Affect Heuristic,COI, or Lack of Knowledge? Why Do Cardiologists Overestimate Benefits of PCI in Stable Angina?

A recent study in JAMA Internal Medicine by Goff and colleagues made me wonder if the Cardiologists studied are uninformed of the limited benefits of stenting (PCI) for chronic stable angina, do they have too strong of a conflict of interest due to economic gain, or is the affect heuristic playing a big part? Probably  a mixture of them all. The COURAGE Trial taught us that PCI was better than medical therapy at reducing anginal symptoms but wasn’t any better for reducing MI and death.

Goff and colleagues reviewed 40 recordings of actual encounters of Cardiologists with patients being considered for cardiac catheterization and PCI. I am unsure if these were video recordings or audio recordings. As best I can tell these were all private practice Cardiologists.  Cardiologists either implicitly or explicitly overstated the benefits of angiography and PCI. They presented medical therapy as being inferior to angiography and PCI (a statement that defies the findings of the COURAGE trial). In fact, in only 2 of the encounters did they state PCI would not reduce the risk of death or MI. These Cardiologists also didn’t use good communications styles that encouraged patient participation in the decision making process.

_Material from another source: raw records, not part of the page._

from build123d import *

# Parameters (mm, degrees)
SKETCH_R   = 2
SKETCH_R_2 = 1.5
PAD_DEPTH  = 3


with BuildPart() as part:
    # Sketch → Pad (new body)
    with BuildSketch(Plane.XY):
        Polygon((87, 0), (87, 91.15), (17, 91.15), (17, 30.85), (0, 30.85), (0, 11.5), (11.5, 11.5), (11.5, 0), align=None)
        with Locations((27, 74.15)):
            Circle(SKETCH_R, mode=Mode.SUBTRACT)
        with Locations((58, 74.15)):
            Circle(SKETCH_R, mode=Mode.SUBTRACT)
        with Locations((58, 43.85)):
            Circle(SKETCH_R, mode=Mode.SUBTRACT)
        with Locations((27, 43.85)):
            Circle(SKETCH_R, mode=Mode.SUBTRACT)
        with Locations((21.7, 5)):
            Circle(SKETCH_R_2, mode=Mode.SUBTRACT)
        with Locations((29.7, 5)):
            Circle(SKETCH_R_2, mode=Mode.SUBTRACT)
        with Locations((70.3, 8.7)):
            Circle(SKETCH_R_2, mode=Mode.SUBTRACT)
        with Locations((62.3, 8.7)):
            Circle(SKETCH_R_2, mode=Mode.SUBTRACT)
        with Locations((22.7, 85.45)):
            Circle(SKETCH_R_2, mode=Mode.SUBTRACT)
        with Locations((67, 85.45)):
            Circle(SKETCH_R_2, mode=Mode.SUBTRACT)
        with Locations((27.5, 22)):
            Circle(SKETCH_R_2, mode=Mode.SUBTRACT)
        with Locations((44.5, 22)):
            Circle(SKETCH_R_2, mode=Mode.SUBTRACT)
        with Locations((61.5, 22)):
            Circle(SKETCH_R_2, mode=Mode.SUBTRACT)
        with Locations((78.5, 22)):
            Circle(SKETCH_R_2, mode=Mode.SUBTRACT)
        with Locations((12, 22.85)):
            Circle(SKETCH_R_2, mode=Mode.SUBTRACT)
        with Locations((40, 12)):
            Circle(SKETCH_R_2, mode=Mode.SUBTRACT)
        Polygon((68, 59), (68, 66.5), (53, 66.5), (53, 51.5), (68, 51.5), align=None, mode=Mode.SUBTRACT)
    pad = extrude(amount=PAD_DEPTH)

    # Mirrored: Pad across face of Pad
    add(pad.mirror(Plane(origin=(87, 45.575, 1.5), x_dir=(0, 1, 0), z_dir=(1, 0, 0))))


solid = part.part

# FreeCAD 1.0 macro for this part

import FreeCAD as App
import Part
import Sketcher
from FreeCAD import Vector

doc = App.newDocument("Part")
params = doc.addObject("Spreadsheet::Sheet", "Params")
for row, (alias, value) in enumerate([
    ("sketch1_diameter", "3 mm"),
    ("sketch1_diameter2", "4 mm"),
    ("sketch1_width", "70 mm"),
    ("sketch1_width2", "17 mm"),
    ("sketch1_width3", "15 mm"),
    ("pad1_length", "3 mm"),
], start=1):
    params.set(f"A{row}", alias)
    params.set(f"B{row}", "=" + value)
    params.setAlias(f"B{row}", alias)

body = doc.addObject("PartDesign::Body", "Body")

# Sketch on XY plane
sketch1 = doc.addObject("Sketcher::SketchObject", "Sketch")
body.addObject(sketch1)
sketch1.AttachmentSupport = (doc.XY_Plane, [""])
sketch1.MapMode = "FlatFace"
sketch1.addGeometry([
    Part.LineSegment(Vector(87, 0, 0), Vector(87, 91.2, 0)),  # 0
    Part.LineSegment(Vector(87, 91.2, 0), Vector(17, 91.2, 0)),  # 1
    Part.LineSegment(Vector(17, 91.2, 0), Vector(17, 30.9, 0)),  # 2
    Part.LineSegment(Vector(17, 30.9, 0), Vector(0, 30.9, 0)),  # 3
    Part.LineSegment(Vector(0, 30.9, 0), Vector(0, 11.5, 0)),  # 4
    Part.LineSegment(Vector(0, 11.5, 0), Vector(11.5, 11.5, 0)),  # 5
    Part.LineSegment(Vector(11.5, 11.5, 0), Vector(11.5, 0, 0)),  # 6
    Part.LineSegment(Vector(11.5, 0, 0), Vector(87, 0, 0)),  # 7
    Part.Circle(Vector(21.7, 5, 0), Vector(0, 0, 1), 1.5),  # 8
    Part.Circle(Vector(12, 22.9, 0), Vector(0, 0, 1), 1.5),  # 9
    Part.Circle(Vector(27.5, 22, 0), Vector(0, 0, 1), 1.5),  # 10
    Part.Circle(Vector(29.7, 5, 0), Vector(0, 0, 1), 1.5),  # 11
    Part.Circle(Vector(40, 12, 0), Vector(0, 0, 1), 1.5),  # 12
    Part.Circle(Vector(44.5, 22, 0), Vector(0, 0, 1), 1.5),  # 13
    Part.Circle(Vector(27, 43.9, 0), Vector(0, 0, 1), 2),  # 14
    Part.Circle(Vector(62.3, 8.7, 0), Vector(0, 0, 1), 1.5),  # 15
    Part.Circle(Vector(61.5, 22, 0), Vector(0, 0, 1), 1.5),  # 16
    Part.Circle(Vector(70.3, 8.7, 0), Vector(0, 0, 1), 1.5),  # 17
    Part.Circle(Vector(78.5, 22, 0), Vector(0, 0, 1), 1.5),  # 18
    Part.Circle(Vector(58, 43.9, 0), Vector(0, 0, 1), 2),  # 19
    Part.Circle(Vector(27, 74.2, 0), Vector(0, 0, 1), 2),  # 20
    Part.Circle(Vector(22.7, 85.5, 0), Vector(0, 0, 1), 1.5),  # 21
    Part.LineSegment(Vector(68, 66.5, 0), Vector(68, 51.5, 0)),  # 22
    Part.LineSegment(Vector(68, 51.5, 0), Vector(53, 51.5, 0)),  # 23
    Part.LineSegment(Vector(53, 51.5, 0), Vector(53, 66.5, 0)),  # 24
    Part.LineSegment(Vector(53, 66.5, 0), Vector(68, 66.5, 0)),  # 25
    Part.Circle(Vector(58, 74.2, 0), Vector(0, 0, 1), 2),  # 26
    Part.Circle(Vector(67, 85.5, 0), Vector(0, 0, 1), 1.5),  # 27
], False)
sketch1.addConstraint([
    Sketcher.Constraint("Coincident", 0, 2, 1, 1),
    Sketcher.Constraint("Coincident", 1, 2, 2, 1),
    Sketcher.Constraint("Coincident", 2, 2, 3, 1),
    Sketcher.Constraint("Coincident", 3, 2, 4, 1),
    Sketcher.Constraint("Coincident", 4, 2, 5, 1),
    Sketcher.Constraint("Coincident", 5, 2, 6, 1),
    Sketcher.Constraint("Coincident", 6, 2, 7, 1),
    Sketcher.Constraint("Coincident", 7, 2, 0, 1),
    Sketcher.Constraint("Coincident", 22, 2, 23, 1),
    Sketcher.Constraint("Coincident", 23, 2, 24, 1),
    Sketcher.Constraint("Coincident", 24, 2, 25, 1),
    Sketcher.Constraint("Coincident", 25, 2, 22, 1),
    Sketcher.Constraint("Vertical", 0),
    Sketcher.Constraint("Horizontal", 1),
    Sketcher.Constraint("Vertical", 2),
    Sketcher.Constraint("Horizontal", 3),
    Sketcher.Constraint("Vertical", 4),
    Sketcher.Constraint("Horizontal", 5),
    Sketcher.Constraint("Vertical", 6),
    Sketcher.Constraint("Horizontal", 7),
    Sketcher.Constraint("Vertical", 22),
    Sketcher.Constraint("Horizontal", 23),
    Sketcher.Constraint("Vertical", 24),
    Sketcher.Constraint("Horizontal", 25),
    Sketcher.Constraint("Equal", 8, 9),
    Sketcher.Constraint("Equal", 9, 10),
    Sketcher.Constraint("Equal", 10, 11),
    Sketcher.Constraint("Equal", 11, 12),
    Sketcher.Constraint("Equal", 12, 13),
    Sketcher.Constraint("Equal", 13, 15),
    Sketcher.Constraint("Equal", 15, 16),
    Sketcher.Constraint("Equal", 16, 17),
    Sketcher.Constraint("Equal", 17, 18),
    Sketcher.Constraint("Equal", 14, 19),
    Sketcher.Constraint("Equal", 19, 20),
    Sketcher.Constraint("Equal", 18, 21),
    Sketcher.Constraint("Equal", 20, 26),
    Sketcher.Constraint("Equal", 21, 27),
    Sketcher.Constraint("PointOnObject", 3, 2, -2),
    Sketcher.Constraint("PointOnObject", 6, 2, -1),
    Sketcher.Constraint("Horizontal", 8, 3, 11, 3),
    Sketcher.Constraint("Horizontal", 10, 3, 13, 3),
    Sketcher.Constraint("Horizontal", 13, 3, 16, 3),
    Sketcher.Constraint("Horizontal", 15, 3, 17, 3),
    Sketcher.Constraint("Horizontal", 16, 3, 18, 3),
    Sketcher.Constraint("Horizontal", 14, 3, 19, 3),
    Sketcher.Constraint("Horizontal", 20, 3, 26, 3),
    Sketcher.Constraint("Horizontal", 21, 3, 27, 3),
    Sketcher.Constraint("Vertical", 14, 3, 20, 3),
    Sketcher.Constraint("Vertical", 19, 3, 26, 3),
    Sketcher.Constraint("Equal", 5, 6),
    Sketcher.Constraint("Equal", 25, 22),
    Sketcher.Constraint("Diameter", 8, 3.0),
    Sketcher.Constraint("Diameter", 14, 4.0),
    Sketcher.Constraint("DistanceX", 1, 2, 1, 1, 70.0),
    Sketcher.Constraint("DistanceX", 3, 2, 3, 1, 17.0),
    Sketcher.Constraint("DistanceX", 23, 2, 23, 1, 15.0),
    Sketcher.Constraint("DistanceX", 5, 1, 5, 2, 11.5),
    Sketcher.Constraint("DistanceY", 2, 2, 2, 1, 60.3),
    Sketcher.Constraint("DistanceY", -1, 1, 8, 3, 5.0),
    Sketcher.Constraint("DistanceX", -1, 1, 9, 3, 12.0),
    Sketcher.Constraint("DistanceY", -1, 1, 10, 3, 22.0),
    Sketcher.Constraint("DistanceX", -1, 1, 12, 3, 40.0),
    Sketcher.Constraint("DistanceY", -1, 1, 12, 3, 12.0),
    Sketcher.Constraint("DistanceX", -1, 1, 14, 3, 27.0),
    Sketcher.Constraint("DistanceX", -1, 1, 19, 3, 58.0),
    Sketcher.Constraint("DistanceX", -1, 1, 27, 3, 67.0),
    Sketcher.Constraint("DistanceX", -1, 1, 22, 2, 68.0),
    Sketcher.Constraint("DistanceX", 8, 3, 11, 3, 8.0),
    Sketcher.Constraint("DistanceX", 10, 3, 13, 3, 17.0),
    Sketcher.Constraint("DistanceY", 9, 3, 14, 3, 21.0),
    Sketcher.Constraint("DistanceX", 13, 3, 16, 3, 17.0),
    Sketcher.Constraint("DistanceX", 15, 3, 17, 3, 8.0),
    Sketcher.Constraint("DistanceX", 16, 3, 18, 3, 17.0),
    Sketcher.Constraint("DistanceY", 26, 3, 0, 2, 17.0),
    Sketcher.Constraint("DistanceY", 9, 3, 2, 2, 8.0),
    Sketcher.Constraint("DistanceX", 5, 2, 10, 3, 16.0),
    Sketcher.Constraint("DistanceY", 0, 1, 0, 2, 91.15),
    Sketcher.Constraint("DistanceX", -1, 1, 8, 3, 21.7),
    Sketcher.Constraint("DistanceX", -1, 1, 15, 3, 62.3),
    Sketcher.Constraint("DistanceY", -1, 1, 15, 3, 8.7),
    Sketcher.Constraint("DistanceX", -1, 1, 21, 3, 22.7),
    Sketcher.Constraint("DistanceY", -1, 1, 22, 2, 51.5),
    Sketcher.Constraint("DistanceY", 20, 3, 21, 3, 11.3),
])
sketch1.setExpression("Constraints[52]", "Params.sketch1_diameter")
sketch1.setExpression("Constraints[53]", "Params.sketch1_diameter2")
sketch1.setExpression("Constraints[54]", "Params.sketch1_width")
sketch1.setExpression("Constraints[55]", "Params.sketch1_width2")
sketch1.setExpression("Constraints[56]", "Params.sketch1_width3")
pad1 = doc.addObject("PartDesign::Pad", "Pad")
body.addObject(pad1)
pad1.Profile = sketch1
pad1.setExpression("Length", "Params.pad1_length")
doc.recompute()

datumplane = doc.addObject("PartDesign::Plane", "DatumPlane")
body.addObject(datumplane)
datumplane.AttachmentSupport = (doc.YZ_Plane, [""])
datumplane.MapMode = "FlatFace"
datumplane.AttachmentOffset = App.Placement(Vector(0, 0, 87), App.Rotation())
mirrored = doc.addObject("PartDesign::Mirrored", "Mirrored")
body.addObject(mirrored)
mirrored.Originals = [pad1]
mirrored.MirrorPlane = (datumplane, [""])
body.Tip = mirrored

doc.recompute()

Why might these Cardiologists do this? They could be uninformed of the limited benefits of PCI in stable angina, but I doubt it. COURAGE was a landmark publication in one of the world’s most prominent medical journals. I find it hard to believe that Cardiologists wouldn’t be aware of the results of this trial.

They certainly have a financial stake in their recommendations.  The image below shows that a diagnostic cath is reimbursed at approximately $9,000 while a PCI with DES is reimbursed at approximately $15,000. That has to have an impact on decision making. I don’t accuse these Cardiologists of doing a procedure only for money but subconsciously this is playing a role. Recommending medical therapy only gets you an office visit reimbursement (maybe $200 or so).

What about the affect heuristic? My colleague Bob Centor writes about this often in his blog. A heuristic is a quick little rule we use to make decisions. The affect heuristic is a particular rule we use that is based on our emotions about a topic. Do I like it? Do I hate it? How strongly do I feel about it? The affect heuristic leads to the answer to an easy question (How do I feel about something?) serving as the answer to a much harder question (What do I think about something?) Its not hard to imagine (and data in the Goff paper supports this) a Cardiologist feeling that PCI is beneficial and should be done. They are emotionally tied to angiography and PCI….they have seen patients “saved” because of this procedure.

So what can be done? The solution is harder than determining the problem (as is often the case). The easiest solution is for insurance companies to stop reimbursing for the procedure in stable angina unless patients have failed optimal medical therapy but this is draconian. I also worry that patients will then receive bills for unreimbursed  catheterization charges. I think using the technology that was used in this study combined with feedback could be useful but logistically impossible. I have always wondered why we don’t use secret shopper fake patients to evaluate physician skills and knowledge (of course the answer is a logistic one) instead of the MOC system. Just publishing a study doesn’t work if physicians don’t read or if they don’t use that study to answer a clinical question. Patient decision aids (like this excellent example) could be very useful but the physician would have to use the tool and many don’t even know they exist.

Some would argue EBM has failed again. A well done study was published and it hasn’t made a difference. The principles of EBM have not failed and in fact, if they were used, could limit the inappropriate use of PCI in stable angina patients. What has failed is the desire to learn and use these skills by the older Cardiologists in this study. Like many physicians, they rely on outdated knowledge and emotions or beliefs. As stated by Bob Centor in a post about the affect heuristicDecision making bodies have biases. Until they understand their biases, we will have the problem of unfortunate, unnecessary and potential dangerous unintended consequences“. In this case the Cardiologists are the decision making bodies and the unintended consequences are the MIs, strokes, renal injury, and death that can and do occur from cardiac catheterization.

Hopefully you are now aware of what the affect heuristic is and how it impacts decision making. Acknowledge it and separate your feelings about a topic from the data. Your patients will benefit.